Collected data:
BEGIN
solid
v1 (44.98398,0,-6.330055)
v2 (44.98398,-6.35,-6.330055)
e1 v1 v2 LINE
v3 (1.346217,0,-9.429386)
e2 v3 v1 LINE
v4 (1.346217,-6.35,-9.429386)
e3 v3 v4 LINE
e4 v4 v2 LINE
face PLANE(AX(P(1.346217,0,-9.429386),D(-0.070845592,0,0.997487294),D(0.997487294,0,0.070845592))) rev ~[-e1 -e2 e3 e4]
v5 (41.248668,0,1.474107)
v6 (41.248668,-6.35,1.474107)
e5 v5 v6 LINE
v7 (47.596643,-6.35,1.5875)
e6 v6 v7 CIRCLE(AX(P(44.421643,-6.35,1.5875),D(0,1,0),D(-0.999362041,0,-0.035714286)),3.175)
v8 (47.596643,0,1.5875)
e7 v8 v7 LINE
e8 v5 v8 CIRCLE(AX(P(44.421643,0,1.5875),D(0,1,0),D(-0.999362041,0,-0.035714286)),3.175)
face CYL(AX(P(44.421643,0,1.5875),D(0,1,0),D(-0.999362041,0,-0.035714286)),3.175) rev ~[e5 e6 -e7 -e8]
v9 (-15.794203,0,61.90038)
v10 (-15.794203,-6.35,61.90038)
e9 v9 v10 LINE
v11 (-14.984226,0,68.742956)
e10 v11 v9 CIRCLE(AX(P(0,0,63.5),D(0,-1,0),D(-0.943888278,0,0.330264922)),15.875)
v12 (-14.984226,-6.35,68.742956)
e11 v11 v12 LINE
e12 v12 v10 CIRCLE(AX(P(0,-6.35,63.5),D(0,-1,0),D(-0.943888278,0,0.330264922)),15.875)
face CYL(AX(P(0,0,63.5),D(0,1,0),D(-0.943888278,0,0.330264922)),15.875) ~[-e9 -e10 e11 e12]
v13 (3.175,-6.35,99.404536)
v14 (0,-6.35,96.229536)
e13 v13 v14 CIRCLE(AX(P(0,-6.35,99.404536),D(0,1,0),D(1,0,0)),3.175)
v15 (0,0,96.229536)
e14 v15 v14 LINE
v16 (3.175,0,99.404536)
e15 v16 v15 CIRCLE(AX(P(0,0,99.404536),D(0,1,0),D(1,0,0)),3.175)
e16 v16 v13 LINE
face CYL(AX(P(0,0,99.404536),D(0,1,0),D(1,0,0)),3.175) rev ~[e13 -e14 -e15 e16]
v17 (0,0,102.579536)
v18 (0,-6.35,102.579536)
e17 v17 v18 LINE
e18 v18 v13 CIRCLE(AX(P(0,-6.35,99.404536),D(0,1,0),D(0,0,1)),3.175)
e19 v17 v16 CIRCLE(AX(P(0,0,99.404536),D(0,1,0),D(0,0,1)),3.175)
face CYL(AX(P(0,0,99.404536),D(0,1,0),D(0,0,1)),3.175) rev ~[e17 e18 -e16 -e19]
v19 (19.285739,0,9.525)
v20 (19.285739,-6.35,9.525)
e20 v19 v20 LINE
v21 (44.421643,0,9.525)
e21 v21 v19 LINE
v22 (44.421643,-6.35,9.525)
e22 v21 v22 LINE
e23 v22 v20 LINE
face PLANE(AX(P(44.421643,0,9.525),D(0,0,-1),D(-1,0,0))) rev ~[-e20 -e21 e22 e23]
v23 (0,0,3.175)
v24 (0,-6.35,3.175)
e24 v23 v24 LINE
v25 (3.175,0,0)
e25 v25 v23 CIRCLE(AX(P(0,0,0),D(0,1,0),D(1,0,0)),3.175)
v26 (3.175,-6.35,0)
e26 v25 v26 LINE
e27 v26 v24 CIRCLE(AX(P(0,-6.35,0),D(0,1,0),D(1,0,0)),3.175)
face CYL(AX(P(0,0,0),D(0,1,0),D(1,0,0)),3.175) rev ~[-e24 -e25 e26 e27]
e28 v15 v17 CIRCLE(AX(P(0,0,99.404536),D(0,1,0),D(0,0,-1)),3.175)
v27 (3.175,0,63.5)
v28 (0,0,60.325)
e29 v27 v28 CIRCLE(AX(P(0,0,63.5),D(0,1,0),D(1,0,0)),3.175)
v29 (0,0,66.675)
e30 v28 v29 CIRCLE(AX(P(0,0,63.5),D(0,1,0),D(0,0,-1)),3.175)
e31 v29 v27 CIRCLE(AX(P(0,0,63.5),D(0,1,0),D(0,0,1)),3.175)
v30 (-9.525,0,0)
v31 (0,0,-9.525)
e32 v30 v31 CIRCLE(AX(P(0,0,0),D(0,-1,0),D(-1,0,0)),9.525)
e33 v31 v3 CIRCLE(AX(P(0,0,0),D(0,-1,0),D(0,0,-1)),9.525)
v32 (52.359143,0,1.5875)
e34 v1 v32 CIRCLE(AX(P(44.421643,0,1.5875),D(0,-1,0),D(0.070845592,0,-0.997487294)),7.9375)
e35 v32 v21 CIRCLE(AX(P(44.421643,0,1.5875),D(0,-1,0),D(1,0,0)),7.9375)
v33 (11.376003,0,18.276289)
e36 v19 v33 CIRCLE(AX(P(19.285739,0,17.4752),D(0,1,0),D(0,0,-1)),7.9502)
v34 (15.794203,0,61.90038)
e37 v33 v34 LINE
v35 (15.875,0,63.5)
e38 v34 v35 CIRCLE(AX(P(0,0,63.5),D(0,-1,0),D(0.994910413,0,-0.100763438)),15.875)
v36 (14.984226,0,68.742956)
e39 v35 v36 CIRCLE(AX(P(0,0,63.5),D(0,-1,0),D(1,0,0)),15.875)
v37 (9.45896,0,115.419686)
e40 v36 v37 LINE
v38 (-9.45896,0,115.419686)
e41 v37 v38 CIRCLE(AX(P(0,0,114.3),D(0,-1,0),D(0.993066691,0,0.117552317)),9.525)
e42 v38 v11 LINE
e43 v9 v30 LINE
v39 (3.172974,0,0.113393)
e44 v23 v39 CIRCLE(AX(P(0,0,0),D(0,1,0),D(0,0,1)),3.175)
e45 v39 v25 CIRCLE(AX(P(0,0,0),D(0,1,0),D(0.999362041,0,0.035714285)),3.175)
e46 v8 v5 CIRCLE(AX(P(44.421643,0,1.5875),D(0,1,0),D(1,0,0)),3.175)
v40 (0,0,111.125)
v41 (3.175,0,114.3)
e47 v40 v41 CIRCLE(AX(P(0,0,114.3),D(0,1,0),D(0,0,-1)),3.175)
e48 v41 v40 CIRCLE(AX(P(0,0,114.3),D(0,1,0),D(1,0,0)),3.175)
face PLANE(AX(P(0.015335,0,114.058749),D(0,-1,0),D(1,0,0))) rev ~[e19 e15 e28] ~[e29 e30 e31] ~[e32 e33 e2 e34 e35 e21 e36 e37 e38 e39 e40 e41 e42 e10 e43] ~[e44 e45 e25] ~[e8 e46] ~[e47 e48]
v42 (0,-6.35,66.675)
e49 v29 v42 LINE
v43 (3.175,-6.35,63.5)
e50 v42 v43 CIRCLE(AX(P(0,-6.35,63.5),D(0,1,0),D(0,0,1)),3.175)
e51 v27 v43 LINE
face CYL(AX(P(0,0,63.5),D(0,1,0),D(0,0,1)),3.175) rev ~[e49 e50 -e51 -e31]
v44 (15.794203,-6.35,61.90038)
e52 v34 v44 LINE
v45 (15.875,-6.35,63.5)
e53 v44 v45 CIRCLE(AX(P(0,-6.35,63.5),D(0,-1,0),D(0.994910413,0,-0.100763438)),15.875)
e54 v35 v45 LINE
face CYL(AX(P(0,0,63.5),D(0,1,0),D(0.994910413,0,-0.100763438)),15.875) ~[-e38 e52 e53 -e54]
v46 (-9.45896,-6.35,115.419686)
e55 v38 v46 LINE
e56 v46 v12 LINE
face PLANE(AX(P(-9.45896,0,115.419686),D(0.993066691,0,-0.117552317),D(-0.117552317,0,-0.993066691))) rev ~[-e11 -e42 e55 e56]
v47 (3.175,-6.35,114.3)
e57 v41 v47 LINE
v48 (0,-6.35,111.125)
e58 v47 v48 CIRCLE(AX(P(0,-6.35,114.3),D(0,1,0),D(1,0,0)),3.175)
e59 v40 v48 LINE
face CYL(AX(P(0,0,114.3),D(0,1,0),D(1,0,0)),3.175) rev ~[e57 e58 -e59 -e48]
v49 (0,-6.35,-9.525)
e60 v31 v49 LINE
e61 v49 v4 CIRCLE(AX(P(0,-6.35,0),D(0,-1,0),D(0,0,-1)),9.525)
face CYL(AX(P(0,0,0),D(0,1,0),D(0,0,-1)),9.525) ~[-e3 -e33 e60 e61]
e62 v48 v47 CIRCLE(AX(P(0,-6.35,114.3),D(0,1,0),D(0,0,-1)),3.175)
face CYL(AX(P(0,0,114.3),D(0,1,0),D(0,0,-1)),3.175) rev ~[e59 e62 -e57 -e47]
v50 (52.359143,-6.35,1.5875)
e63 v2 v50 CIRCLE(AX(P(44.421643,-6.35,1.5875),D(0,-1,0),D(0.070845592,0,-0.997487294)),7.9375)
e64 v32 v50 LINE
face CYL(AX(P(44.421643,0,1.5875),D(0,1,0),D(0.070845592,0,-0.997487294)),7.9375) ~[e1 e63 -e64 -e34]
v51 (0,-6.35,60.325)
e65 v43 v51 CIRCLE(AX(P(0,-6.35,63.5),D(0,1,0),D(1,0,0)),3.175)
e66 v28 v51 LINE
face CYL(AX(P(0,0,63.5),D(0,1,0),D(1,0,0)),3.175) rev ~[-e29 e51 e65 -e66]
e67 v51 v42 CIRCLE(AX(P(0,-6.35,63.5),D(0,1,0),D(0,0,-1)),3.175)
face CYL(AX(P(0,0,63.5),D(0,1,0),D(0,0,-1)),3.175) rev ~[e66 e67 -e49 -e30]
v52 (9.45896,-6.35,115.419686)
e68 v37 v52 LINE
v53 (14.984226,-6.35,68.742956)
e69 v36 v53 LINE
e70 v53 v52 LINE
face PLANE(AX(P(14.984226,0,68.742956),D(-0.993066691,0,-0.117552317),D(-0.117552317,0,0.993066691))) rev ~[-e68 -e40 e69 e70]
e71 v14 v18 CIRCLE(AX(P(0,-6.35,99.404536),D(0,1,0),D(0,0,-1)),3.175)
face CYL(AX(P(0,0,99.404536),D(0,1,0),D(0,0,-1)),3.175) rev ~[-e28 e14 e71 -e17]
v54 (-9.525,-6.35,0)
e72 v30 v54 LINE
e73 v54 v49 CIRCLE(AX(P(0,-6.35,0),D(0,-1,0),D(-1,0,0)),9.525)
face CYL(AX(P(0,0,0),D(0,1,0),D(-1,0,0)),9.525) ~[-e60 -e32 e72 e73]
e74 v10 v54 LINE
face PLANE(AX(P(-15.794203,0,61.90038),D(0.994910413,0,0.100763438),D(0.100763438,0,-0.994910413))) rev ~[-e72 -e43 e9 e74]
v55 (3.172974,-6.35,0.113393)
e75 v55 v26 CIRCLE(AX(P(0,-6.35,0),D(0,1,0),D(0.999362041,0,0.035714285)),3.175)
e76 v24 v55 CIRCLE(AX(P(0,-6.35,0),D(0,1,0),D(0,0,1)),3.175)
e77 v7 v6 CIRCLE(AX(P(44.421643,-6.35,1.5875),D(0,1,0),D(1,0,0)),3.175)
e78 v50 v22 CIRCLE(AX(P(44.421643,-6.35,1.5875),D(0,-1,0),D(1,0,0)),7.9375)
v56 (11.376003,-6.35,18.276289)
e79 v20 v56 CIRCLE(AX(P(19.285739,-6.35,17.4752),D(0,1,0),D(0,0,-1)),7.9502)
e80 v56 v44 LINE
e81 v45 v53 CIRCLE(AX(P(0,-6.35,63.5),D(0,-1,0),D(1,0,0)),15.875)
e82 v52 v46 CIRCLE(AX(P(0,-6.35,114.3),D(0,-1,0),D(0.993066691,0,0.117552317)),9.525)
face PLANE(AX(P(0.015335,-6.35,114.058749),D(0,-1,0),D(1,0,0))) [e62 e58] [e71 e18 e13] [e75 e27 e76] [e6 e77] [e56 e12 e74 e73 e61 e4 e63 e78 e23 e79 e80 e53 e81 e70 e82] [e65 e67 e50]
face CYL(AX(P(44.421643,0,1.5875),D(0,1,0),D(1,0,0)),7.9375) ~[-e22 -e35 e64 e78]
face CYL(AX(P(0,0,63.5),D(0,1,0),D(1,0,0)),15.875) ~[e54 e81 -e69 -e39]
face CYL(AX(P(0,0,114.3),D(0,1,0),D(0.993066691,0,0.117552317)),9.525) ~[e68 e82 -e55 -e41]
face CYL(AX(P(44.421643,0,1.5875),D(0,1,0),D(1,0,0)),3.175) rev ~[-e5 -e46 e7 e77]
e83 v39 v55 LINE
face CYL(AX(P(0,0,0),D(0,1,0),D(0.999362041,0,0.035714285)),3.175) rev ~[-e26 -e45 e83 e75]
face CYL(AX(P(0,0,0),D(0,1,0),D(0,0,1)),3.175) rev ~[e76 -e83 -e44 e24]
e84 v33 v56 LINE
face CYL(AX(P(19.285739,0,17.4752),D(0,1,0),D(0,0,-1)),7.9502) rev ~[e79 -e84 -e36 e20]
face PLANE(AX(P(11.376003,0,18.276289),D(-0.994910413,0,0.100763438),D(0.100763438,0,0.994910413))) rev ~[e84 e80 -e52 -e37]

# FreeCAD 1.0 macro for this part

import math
import FreeCAD as App
import Part
import Sketcher
from FreeCAD import Vector
Q = App.Units.Quantity

doc = App.newDocument("Part")
params = doc.addObject("Spreadsheet::Sheet", "Params")
for row, (alias, value) in enumerate([
    ("sketch1_radius", "0.375 in"),
    ("sketch1_radius2", "0.3125 in"),
    ("sketch1_radius3", "0.313 in"),
    ("sketch1_radius4", "0.625 in"),
    ("sketch1_radius5", "0.375 in"),
    ("pad1_length", "0.25 in"),
], start=1):
    params.set(f"A{row}", alias)
    params.set(f"B{row}", "=" + value)
    params.setAlias(f"B{row}", alias)

body = doc.addObject("PartDesign::Body", "Body")

sketch1 = body.newObject("Sketcher::SketchObject", "Sketch")
sketch1.AttachmentSupport = (doc.getObject("XZ_Plane"), [""])
sketch1.MapMode = "FlatFace"
sketch1.addGeometry([
    Part.ArcOfCircle(Part.Circle(Vector(0, 0, 0), Vector(0, 0, 1), 9.525), math.radians(-90), math.radians(-81.874887)),
    Part.LineSegment(Vector(1.346217, -9.429386, 0), Vector(44.98398, -6.330055, 0)),
    Part.ArcOfCircle(Part.Circle(Vector(44.421643, 1.5875, 0), Vector(0, 0, 1), 7.9375), math.radians(-85.937443), math.radians(0)),
    Part.ArcOfCircle(Part.Circle(Vector(44.421643, 1.5875, 0), Vector(0, 0, 1), 7.9375), math.radians(0), math.radians(90)),
    Part.LineSegment(Vector(44.421643, 9.525, 0), Vector(19.285739, 9.525, 0)),
    Part.ArcOfCircle(Part.Circle(Vector(19.285739, 17.4752, 0), Vector(0, 0, 1), 7.9502), math.radians(174.216866), math.radians(270)),
    Part.LineSegment(Vector(11.376003, 18.276289, 0), Vector(15.794203, 61.90038, 0)),
    Part.ArcOfCircle(Part.Circle(Vector(0, 63.5, 0), Vector(0, 0, 1), 15.875), math.radians(-5.783134), math.radians(0)),
    Part.ArcOfCircle(Part.Circle(Vector(0, 63.5, 0), Vector(0, 0, 1), 15.875), math.radians(0), math.radians(19.284856)),
    Part.LineSegment(Vector(14.984226, 68.742956, 0), Vector(9.45896, 115.419686, 0)),
    Part.ArcOfCircle(Part.Circle(Vector(0, 114.3, 0), Vector(0, 0, 1), 9.525), math.radians(6.750861), math.radians(173.249139)),
    Part.LineSegment(Vector(-9.45896, 115.419686, 0), Vector(-14.984226, 68.742956, 0)),
    Part.ArcOfCircle(Part.Circle(Vector(0, 63.5, 0), Vector(0, 0, 1), 15.875), math.radians(160.715144), math.radians(185.783134)),
    Part.LineSegment(Vector(-15.794203, 61.90038, 0), Vector(-9.525, 0, 0)),
    Part.ArcOfCircle(Part.Circle(Vector(0, 0, 0), Vector(0, 0, 1), 9.525), math.radians(180), math.radians(270)),
    Part.ArcOfCircle(Part.Circle(Vector(0, 0, 0), Vector(0, 0, 1), 3.175), math.radians(90), math.radians(360)),
    Part.ArcOfCircle(Part.Circle(Vector(0, 0, 0), Vector(0, 0, 1), 3.175), math.radians(2.046713), math.radians(90)),
    Part.ArcOfCircle(Part.Circle(Vector(0, 0, 0), Vector(0, 0, 1), 3.175), math.radians(0), math.radians(2.046713)),
    Part.ArcOfCircle(Part.Circle(Vector(44.421643, 1.5875, 0), Vector(0, 0, 1), 3.175), math.radians(0), math.radians(182.046713)),
    Part.ArcOfCircle(Part.Circle(Vector(44.421643, 1.5875, 0), Vector(0, 0, 1), 3.175), math.radians(-177.953287), math.radians(0)),
    Part.ArcOfCircle(Part.Circle(Vector(0, 63.5, 0), Vector(0, 0, 1), 3.175), math.radians(90), math.radians(270)),
    Part.ArcOfCircle(Part.Circle(Vector(0, 63.5, 0), Vector(0, 0, 1), 3.175), math.radians(0), math.radians(90)),
    Part.ArcOfCircle(Part.Circle(Vector(0, 63.5, 0), Vector(0, 0, 1), 3.175), math.radians(-90), math.radians(0)),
END
**ASSIGNMENT**
What you give back should be exactly the lines of the data above from the line with "v8 (47.596643,0,1.5875)" through the line with "e17 v17 v18 LINE", both of those included, and nothing more.

**TASK ANSWER**
v8 (47.596643,0,1.5875)
e7 v8 v7 LINE
e8 v5 v8 CIRCLE(AX(P(44.421643,0,1.5875),D(0,1,0),D(-0.999362041,0,-0.035714286)),3.175)
face CYL(AX(P(44.421643,0,1.5875),D(0,1,0),D(-0.999362041,0,-0.035714286)),3.175) rev ~[e5 e6 -e7 -e8]
v9 (-15.794203,0,61.90038)
v10 (-15.794203,-6.35,61.90038)
e9 v9 v10 LINE
v11 (-14.984226,0,68.742956)
e10 v11 v9 CIRCLE(AX(P(0,0,63.5),D(0,-1,0),D(-0.943888278,0,0.330264922)),15.875)
v12 (-14.984226,-6.35,68.742956)
e11 v11 v12 LINE
e12 v12 v10 CIRCLE(AX(P(0,-6.35,63.5),D(0,-1,0),D(-0.943888278,0,0.330264922)),15.875)
face CYL(AX(P(0,0,63.5),D(0,1,0),D(-0.943888278,0,0.330264922)),15.875) ~[-e9 -e10 e11 e12]
v13 (3.175,-6.35,99.404536)
v14 (0,-6.35,96.229536)
e13 v13 v14 CIRCLE(AX(P(0,-6.35,99.404536),D(0,1,0),D(1,0,0)),3.175)
v15 (0,0,96.229536)
e14 v15 v14 LINE
v16 (3.175,0,99.404536)
e15 v16 v15 CIRCLE(AX(P(0,0,99.404536),D(0,1,0),D(1,0,0)),3.175)
e16 v16 v13 LINE
face CYL(AX(P(0,0,99.404536),D(0,1,0),D(1,0,0)),3.175) rev ~[e13 -e14 -e15 e16]
v17 (0,0,102.579536)
v18 (0,-6.35,102.579536)
e17 v17 v18 LINE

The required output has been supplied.